Одна из них спросила:

– То, что с вами случилось, ужасно. Но сколько женщин в Сомали выходят замуж против воли?

– Почти все, таковы наши традиции, – сказала я.

– А в других странах? – спросила она. – Неужели так происходит везде?

– Думаю, во всех исламских странах, – ответила я.

– Вот видите, – произнесла она. – Невозможно дать статус беженца каждой женщине, которая не хочет быть замужем за тем, кого выбрала ей семья. – Она прочитала мне отрывок из Женевской конвенции, где говорилось о беженцах, и сказала: – Если ваша история придумана и ей нет подтверждения, если она не подпадает ни под одну из этих категорий, ваши шансы очень малы. Чтобы стать беженцем, вы должны доказать, что у вас есть определенные, достаточно веские причины для этого.

Я вернулась домой. На следующий день у меня была назначена встреча с государственным адвокатом. Я стала придумывать историю на основе собственного опыта – как я выбиралась из Могадишо в 1991 году – и пережитого беженцами, жившими в нашем доме на Парк-роуд. История получилась подробная и достоверная, но полностью вымышленная. Сейчас я не горжусь этим фактом, но такова правда: я не могла рассказать, что со мной произошло на самом деле.

К тому же я не назвала свое настоящее имя, Айаан Хирси Маган, – так моя семья легко нашла бы меня. Я взяла себе имя деда, Али – позже люди прозвали его Защитником. Скромное, неприметное имя. Так я стала Айаан Хирси Али, родившейся 13 ноября 1967 года.

6 августа меня пригласили на собеседование в Иммиграционную службу Нидерландов. Я пришла со своим адвокатом, заботливой женщиной с длинными черными волосами. Когда мы вошли, чиновник перегнулся через стол, чтобы пожать нам руки. Он был вежлив, но я чувствовала, что он проверяет меня, пытается подловить. Снова и снова он изучал мою историю, и я вышла из его кабинета в полной уверенности, что теперь мне откажут.

После собеседования я находилась в постоянном напряжении. Мне казалось, что Мурсал или даже сам Осман Мусса вот-вот найдут меня – они оба наверняка разыскивают меня. Я смотрела на автобусы, полные беженцев, которые подъезжали к центру. По телевизору показывали новости CNN и BBC, и мне было ужасно стыдно. Я занимала место человека из Либерии или Боснии, которому оно действительно было необходимо, который по-настоящему страдал. А я была всего лишь избалованной, неблагодарной девчонкой. Мне следовало бы сказать спасибо отцу и уехать к мужу в богатую страну.
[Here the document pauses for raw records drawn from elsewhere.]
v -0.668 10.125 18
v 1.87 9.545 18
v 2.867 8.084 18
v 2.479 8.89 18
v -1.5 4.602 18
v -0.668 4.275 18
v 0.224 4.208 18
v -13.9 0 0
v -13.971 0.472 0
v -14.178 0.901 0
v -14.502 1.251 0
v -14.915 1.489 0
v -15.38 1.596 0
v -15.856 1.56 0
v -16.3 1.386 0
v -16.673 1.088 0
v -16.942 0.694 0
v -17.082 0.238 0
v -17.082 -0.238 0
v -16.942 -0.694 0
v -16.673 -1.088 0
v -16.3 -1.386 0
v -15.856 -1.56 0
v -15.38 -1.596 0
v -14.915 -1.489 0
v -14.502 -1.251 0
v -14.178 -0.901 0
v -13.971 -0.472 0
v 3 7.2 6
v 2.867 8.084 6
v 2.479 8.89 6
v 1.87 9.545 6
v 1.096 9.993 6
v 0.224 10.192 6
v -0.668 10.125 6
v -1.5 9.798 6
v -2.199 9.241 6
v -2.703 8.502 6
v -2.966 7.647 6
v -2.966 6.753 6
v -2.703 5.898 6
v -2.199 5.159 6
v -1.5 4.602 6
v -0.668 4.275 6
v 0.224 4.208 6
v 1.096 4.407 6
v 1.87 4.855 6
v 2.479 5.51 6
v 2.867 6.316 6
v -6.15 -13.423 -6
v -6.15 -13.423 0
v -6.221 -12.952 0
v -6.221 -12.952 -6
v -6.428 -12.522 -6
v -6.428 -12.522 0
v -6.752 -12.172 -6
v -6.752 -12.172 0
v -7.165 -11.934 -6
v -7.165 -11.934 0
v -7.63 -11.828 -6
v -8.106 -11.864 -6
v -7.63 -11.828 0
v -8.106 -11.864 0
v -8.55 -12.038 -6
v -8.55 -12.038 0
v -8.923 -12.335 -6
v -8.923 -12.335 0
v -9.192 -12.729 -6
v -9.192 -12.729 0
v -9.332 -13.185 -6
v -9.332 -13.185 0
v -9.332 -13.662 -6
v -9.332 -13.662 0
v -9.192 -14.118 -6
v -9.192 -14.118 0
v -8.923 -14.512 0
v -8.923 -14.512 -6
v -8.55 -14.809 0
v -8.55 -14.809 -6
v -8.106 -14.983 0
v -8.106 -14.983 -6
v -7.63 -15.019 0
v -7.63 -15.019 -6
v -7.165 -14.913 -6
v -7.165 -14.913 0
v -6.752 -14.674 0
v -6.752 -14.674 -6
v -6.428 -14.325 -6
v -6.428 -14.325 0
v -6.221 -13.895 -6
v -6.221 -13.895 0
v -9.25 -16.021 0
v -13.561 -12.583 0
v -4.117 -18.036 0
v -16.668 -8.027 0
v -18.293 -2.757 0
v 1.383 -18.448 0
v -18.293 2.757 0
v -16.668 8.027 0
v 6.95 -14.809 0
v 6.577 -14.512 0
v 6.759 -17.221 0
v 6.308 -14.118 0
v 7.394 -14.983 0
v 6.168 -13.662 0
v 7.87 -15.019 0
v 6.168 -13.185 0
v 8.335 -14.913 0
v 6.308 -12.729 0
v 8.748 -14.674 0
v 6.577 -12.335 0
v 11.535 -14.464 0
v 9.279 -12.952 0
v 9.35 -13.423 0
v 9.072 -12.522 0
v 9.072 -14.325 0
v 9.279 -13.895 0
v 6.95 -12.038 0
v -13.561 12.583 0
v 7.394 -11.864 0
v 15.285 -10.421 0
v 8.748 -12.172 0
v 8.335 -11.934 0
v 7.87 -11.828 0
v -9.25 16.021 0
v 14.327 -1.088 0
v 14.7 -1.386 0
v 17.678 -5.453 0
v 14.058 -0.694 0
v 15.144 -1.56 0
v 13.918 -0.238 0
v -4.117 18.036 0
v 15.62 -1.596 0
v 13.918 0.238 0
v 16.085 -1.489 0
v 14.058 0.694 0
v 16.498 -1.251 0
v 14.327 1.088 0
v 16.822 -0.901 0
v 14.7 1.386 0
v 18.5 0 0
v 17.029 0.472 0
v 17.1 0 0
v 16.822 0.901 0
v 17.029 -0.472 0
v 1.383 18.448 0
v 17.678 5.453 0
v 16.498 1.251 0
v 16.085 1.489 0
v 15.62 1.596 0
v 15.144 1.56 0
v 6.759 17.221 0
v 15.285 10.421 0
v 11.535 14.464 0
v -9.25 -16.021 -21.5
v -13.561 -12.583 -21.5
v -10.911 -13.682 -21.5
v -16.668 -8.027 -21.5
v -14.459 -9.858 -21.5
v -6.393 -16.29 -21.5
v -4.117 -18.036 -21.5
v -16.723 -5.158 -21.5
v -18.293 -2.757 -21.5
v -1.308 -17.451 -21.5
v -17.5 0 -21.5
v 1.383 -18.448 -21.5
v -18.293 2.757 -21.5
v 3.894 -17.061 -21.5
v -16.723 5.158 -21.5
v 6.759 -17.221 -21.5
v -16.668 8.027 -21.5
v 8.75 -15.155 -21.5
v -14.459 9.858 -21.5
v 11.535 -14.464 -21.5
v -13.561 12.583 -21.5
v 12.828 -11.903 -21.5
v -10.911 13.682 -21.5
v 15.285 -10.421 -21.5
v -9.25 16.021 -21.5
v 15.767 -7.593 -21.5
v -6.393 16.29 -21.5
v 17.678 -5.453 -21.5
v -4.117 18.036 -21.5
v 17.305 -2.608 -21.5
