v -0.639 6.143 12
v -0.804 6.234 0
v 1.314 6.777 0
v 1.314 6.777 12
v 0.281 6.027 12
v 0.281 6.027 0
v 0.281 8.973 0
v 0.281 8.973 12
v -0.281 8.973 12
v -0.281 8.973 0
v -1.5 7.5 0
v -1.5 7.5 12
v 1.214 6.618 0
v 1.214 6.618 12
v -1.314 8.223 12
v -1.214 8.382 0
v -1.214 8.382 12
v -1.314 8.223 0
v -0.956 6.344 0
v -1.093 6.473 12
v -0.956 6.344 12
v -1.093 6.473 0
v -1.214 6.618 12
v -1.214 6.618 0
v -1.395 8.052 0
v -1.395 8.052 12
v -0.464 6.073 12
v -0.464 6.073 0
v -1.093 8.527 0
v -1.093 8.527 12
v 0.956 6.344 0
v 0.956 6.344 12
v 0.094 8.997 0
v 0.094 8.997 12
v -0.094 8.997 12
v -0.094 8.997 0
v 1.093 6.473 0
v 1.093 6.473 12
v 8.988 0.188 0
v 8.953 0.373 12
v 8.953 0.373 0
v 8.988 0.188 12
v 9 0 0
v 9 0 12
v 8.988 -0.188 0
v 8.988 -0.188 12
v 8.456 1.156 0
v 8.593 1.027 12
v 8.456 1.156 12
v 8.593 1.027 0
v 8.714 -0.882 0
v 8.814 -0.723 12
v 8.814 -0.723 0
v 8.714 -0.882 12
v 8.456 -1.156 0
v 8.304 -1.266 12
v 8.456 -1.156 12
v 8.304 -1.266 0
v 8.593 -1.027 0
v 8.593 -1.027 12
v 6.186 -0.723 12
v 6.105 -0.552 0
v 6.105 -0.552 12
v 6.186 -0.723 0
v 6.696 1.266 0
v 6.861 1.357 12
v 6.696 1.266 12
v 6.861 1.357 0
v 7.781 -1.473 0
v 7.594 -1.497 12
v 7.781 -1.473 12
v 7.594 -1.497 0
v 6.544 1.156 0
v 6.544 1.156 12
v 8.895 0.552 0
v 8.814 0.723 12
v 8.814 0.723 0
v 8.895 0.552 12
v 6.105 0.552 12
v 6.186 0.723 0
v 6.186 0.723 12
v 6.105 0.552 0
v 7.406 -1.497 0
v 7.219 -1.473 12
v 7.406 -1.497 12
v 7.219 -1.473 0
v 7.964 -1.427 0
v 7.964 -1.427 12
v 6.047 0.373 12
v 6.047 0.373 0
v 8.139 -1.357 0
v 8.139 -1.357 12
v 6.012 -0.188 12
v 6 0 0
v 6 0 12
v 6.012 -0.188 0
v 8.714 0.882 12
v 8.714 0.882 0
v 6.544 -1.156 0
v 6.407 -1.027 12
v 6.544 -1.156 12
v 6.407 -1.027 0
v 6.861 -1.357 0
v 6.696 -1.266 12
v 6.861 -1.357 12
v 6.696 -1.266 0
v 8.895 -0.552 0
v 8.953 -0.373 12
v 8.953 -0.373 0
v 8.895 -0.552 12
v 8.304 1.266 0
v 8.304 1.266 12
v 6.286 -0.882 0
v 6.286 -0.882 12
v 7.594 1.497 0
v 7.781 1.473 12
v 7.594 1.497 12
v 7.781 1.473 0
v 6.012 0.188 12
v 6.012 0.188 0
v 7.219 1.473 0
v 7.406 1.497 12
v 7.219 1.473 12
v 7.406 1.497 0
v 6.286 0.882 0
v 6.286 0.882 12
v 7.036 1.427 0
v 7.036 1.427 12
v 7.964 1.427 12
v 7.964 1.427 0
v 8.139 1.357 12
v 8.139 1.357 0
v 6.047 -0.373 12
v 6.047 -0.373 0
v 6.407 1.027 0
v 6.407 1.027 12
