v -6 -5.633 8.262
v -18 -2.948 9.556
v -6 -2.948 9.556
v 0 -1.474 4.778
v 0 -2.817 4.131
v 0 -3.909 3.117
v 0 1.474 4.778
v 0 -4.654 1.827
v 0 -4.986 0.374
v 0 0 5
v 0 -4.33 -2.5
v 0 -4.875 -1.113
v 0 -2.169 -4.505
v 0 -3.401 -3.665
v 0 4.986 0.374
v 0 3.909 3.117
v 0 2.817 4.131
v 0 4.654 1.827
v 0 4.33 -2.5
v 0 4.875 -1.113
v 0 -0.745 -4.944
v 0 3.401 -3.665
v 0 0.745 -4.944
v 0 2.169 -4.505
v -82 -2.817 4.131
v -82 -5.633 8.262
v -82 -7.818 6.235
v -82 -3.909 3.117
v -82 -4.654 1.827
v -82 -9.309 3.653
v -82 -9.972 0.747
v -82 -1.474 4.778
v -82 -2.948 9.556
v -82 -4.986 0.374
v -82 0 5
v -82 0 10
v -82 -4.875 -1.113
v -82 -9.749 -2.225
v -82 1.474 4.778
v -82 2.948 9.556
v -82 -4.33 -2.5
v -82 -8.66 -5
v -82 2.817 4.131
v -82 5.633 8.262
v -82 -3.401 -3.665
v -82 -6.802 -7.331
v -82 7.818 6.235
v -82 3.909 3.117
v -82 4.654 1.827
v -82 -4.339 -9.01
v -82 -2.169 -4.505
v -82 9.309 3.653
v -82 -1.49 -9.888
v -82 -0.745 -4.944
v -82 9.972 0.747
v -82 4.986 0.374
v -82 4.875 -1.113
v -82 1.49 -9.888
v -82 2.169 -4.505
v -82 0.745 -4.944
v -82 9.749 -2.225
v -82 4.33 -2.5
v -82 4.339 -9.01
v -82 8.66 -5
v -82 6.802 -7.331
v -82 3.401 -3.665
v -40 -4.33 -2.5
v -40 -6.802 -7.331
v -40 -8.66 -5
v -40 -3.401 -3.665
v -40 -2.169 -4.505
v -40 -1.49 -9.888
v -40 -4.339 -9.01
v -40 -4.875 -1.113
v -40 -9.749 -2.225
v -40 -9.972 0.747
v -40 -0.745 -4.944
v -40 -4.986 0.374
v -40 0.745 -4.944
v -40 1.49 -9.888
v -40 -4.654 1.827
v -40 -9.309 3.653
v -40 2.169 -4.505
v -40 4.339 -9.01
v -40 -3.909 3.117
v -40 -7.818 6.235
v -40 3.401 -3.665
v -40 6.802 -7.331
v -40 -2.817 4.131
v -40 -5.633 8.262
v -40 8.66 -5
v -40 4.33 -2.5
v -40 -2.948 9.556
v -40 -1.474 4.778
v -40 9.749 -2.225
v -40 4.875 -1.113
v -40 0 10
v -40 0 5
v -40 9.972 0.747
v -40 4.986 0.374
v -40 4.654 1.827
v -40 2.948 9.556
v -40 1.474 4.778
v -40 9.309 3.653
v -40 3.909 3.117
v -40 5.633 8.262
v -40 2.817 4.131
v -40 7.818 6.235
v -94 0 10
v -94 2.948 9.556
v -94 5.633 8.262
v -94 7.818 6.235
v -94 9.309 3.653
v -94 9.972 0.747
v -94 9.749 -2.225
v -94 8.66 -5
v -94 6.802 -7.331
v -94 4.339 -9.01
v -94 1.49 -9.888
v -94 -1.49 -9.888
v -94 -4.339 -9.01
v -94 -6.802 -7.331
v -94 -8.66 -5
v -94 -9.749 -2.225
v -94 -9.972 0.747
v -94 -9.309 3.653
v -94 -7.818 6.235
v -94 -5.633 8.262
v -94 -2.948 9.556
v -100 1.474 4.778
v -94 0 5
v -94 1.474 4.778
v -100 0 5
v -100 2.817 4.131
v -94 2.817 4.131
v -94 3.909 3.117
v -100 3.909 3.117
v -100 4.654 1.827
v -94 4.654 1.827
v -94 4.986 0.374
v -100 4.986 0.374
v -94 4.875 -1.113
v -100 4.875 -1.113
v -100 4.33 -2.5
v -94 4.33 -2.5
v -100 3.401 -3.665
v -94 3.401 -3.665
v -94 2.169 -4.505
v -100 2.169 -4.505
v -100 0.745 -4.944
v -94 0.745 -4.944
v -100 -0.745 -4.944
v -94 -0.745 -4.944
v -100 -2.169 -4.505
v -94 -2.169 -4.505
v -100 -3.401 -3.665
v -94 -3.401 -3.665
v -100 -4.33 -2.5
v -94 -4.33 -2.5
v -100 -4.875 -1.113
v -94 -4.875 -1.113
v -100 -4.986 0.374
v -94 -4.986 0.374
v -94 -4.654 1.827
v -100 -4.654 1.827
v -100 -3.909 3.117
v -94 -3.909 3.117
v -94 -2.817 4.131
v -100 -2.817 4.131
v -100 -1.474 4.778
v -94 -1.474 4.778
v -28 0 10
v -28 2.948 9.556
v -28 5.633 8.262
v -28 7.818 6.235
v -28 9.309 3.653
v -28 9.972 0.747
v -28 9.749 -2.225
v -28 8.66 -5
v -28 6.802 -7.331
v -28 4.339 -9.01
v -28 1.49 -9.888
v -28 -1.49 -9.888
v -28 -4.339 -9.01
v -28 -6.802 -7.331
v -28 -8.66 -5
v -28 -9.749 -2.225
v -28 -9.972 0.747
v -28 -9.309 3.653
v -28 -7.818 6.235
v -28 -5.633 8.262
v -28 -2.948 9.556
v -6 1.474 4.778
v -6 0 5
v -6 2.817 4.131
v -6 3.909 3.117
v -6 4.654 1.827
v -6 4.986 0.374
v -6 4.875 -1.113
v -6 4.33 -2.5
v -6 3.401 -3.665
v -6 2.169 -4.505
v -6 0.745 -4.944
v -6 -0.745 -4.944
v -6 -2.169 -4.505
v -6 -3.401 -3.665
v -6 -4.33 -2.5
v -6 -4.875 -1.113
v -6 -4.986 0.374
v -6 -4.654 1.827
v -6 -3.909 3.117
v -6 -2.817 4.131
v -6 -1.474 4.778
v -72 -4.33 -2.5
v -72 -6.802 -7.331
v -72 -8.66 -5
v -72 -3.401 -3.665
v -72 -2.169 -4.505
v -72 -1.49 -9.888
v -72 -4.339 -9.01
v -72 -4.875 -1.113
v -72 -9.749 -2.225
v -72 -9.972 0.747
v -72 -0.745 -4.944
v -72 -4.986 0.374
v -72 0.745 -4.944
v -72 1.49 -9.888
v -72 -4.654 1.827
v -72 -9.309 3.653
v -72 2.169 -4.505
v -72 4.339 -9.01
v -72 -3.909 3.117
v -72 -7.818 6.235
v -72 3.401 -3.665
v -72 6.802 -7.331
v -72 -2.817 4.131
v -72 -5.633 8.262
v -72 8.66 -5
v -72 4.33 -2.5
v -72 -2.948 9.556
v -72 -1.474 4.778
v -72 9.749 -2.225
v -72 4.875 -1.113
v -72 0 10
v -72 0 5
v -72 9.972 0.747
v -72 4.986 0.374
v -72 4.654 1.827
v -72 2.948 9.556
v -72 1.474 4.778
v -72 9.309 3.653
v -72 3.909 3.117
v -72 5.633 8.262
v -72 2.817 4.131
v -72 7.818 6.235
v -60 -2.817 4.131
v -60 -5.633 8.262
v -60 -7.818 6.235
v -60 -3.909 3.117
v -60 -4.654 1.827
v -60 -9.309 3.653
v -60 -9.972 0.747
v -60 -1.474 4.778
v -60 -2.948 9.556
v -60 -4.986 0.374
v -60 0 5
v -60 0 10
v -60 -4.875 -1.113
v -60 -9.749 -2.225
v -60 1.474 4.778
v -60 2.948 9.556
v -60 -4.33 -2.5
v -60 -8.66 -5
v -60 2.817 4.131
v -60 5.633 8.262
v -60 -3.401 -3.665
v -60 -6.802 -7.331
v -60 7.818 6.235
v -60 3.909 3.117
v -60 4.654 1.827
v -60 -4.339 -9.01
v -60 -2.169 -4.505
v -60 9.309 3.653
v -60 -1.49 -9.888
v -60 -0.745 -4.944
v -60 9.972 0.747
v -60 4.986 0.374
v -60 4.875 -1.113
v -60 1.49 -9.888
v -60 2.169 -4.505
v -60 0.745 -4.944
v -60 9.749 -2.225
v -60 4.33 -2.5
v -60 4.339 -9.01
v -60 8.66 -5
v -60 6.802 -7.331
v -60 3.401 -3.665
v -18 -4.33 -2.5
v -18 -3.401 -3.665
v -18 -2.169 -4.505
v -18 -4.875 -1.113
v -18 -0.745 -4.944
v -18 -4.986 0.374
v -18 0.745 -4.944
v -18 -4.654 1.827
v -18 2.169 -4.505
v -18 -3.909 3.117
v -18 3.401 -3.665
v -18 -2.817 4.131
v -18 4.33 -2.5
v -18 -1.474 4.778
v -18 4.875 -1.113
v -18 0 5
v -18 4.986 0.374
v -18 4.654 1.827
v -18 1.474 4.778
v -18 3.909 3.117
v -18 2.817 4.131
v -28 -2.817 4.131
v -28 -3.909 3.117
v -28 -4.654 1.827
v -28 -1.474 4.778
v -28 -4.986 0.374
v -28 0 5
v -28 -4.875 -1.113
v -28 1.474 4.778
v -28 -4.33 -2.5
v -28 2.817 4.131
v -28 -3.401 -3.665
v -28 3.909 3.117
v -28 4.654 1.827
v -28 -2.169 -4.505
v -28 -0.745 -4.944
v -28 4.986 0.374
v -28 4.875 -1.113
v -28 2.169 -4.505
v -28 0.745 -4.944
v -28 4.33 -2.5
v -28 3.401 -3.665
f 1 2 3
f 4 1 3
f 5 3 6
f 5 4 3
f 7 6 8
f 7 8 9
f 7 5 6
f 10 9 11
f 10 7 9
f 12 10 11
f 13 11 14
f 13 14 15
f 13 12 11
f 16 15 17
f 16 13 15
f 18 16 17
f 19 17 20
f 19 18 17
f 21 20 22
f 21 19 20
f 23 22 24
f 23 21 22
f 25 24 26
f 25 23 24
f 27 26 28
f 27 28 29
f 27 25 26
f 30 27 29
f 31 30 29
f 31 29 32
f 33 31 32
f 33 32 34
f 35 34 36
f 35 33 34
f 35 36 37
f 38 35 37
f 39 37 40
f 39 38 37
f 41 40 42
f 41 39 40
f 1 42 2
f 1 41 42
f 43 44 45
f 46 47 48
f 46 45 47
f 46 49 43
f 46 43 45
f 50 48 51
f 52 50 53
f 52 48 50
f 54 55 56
Я чувствовала на себе огромный груз вины за то, что сделала со своей семьей. И еще я боялась – не одиночества, а неизвестности. Что со мной будет дальше? Но вместе с тем у меня появилось ощущение свободы. «Если я сейчас умру, то хотя бы смогла посмотреть на мир». И ни на секунду у меня не возникала мысль о том, чтобы вернуться в Германию и забрать свою канадскую визу. Эта часть моей жизни теперь была в прошлом.

Эфиопки, с которыми я делила хижину, на первый взгляд казались развязными и непроходимо глупыми. Они говорили: мне повезло, что на моей родине идет гражданская война – это значило, что мне легче будет получить статус беженца и жить в Европе. Все свое свободное время они примеряли наряды, и их одежда была ужасна! Когда эфиопки наносили макияж и обменивались вещами, казалось, что в этот момент они абсолютно счастливы. Мина была само дружелюбие. Однажды утром она сказала мне:

– Давай сними свой платок и длинную юбку! Ты же симпатичная!

– Нет! – ответила я. – Я мусульманка.

Это было то, о чем меня постоянно предупреждали: дьявол в обличии эфиопки явился искушать меня. Но Мина была такой очаровательной, отзывчивой и так мило говорила:

– Почему? Почему мусульмане прячутся и никогда не занимаются сексом… и все такое? Что с вами?

Я росла в Найроби, и там все знали, что эфиопы занимаются сексом когда хотят. Недалеко от нас жили беженцы из Эфиопии, и люди говорили, что они там скачут, как козы. Эфиопы отвечали тем, что говорили, будто сомалийцы не умеют наслаждаться сексом и из-за этого такие агрессивные.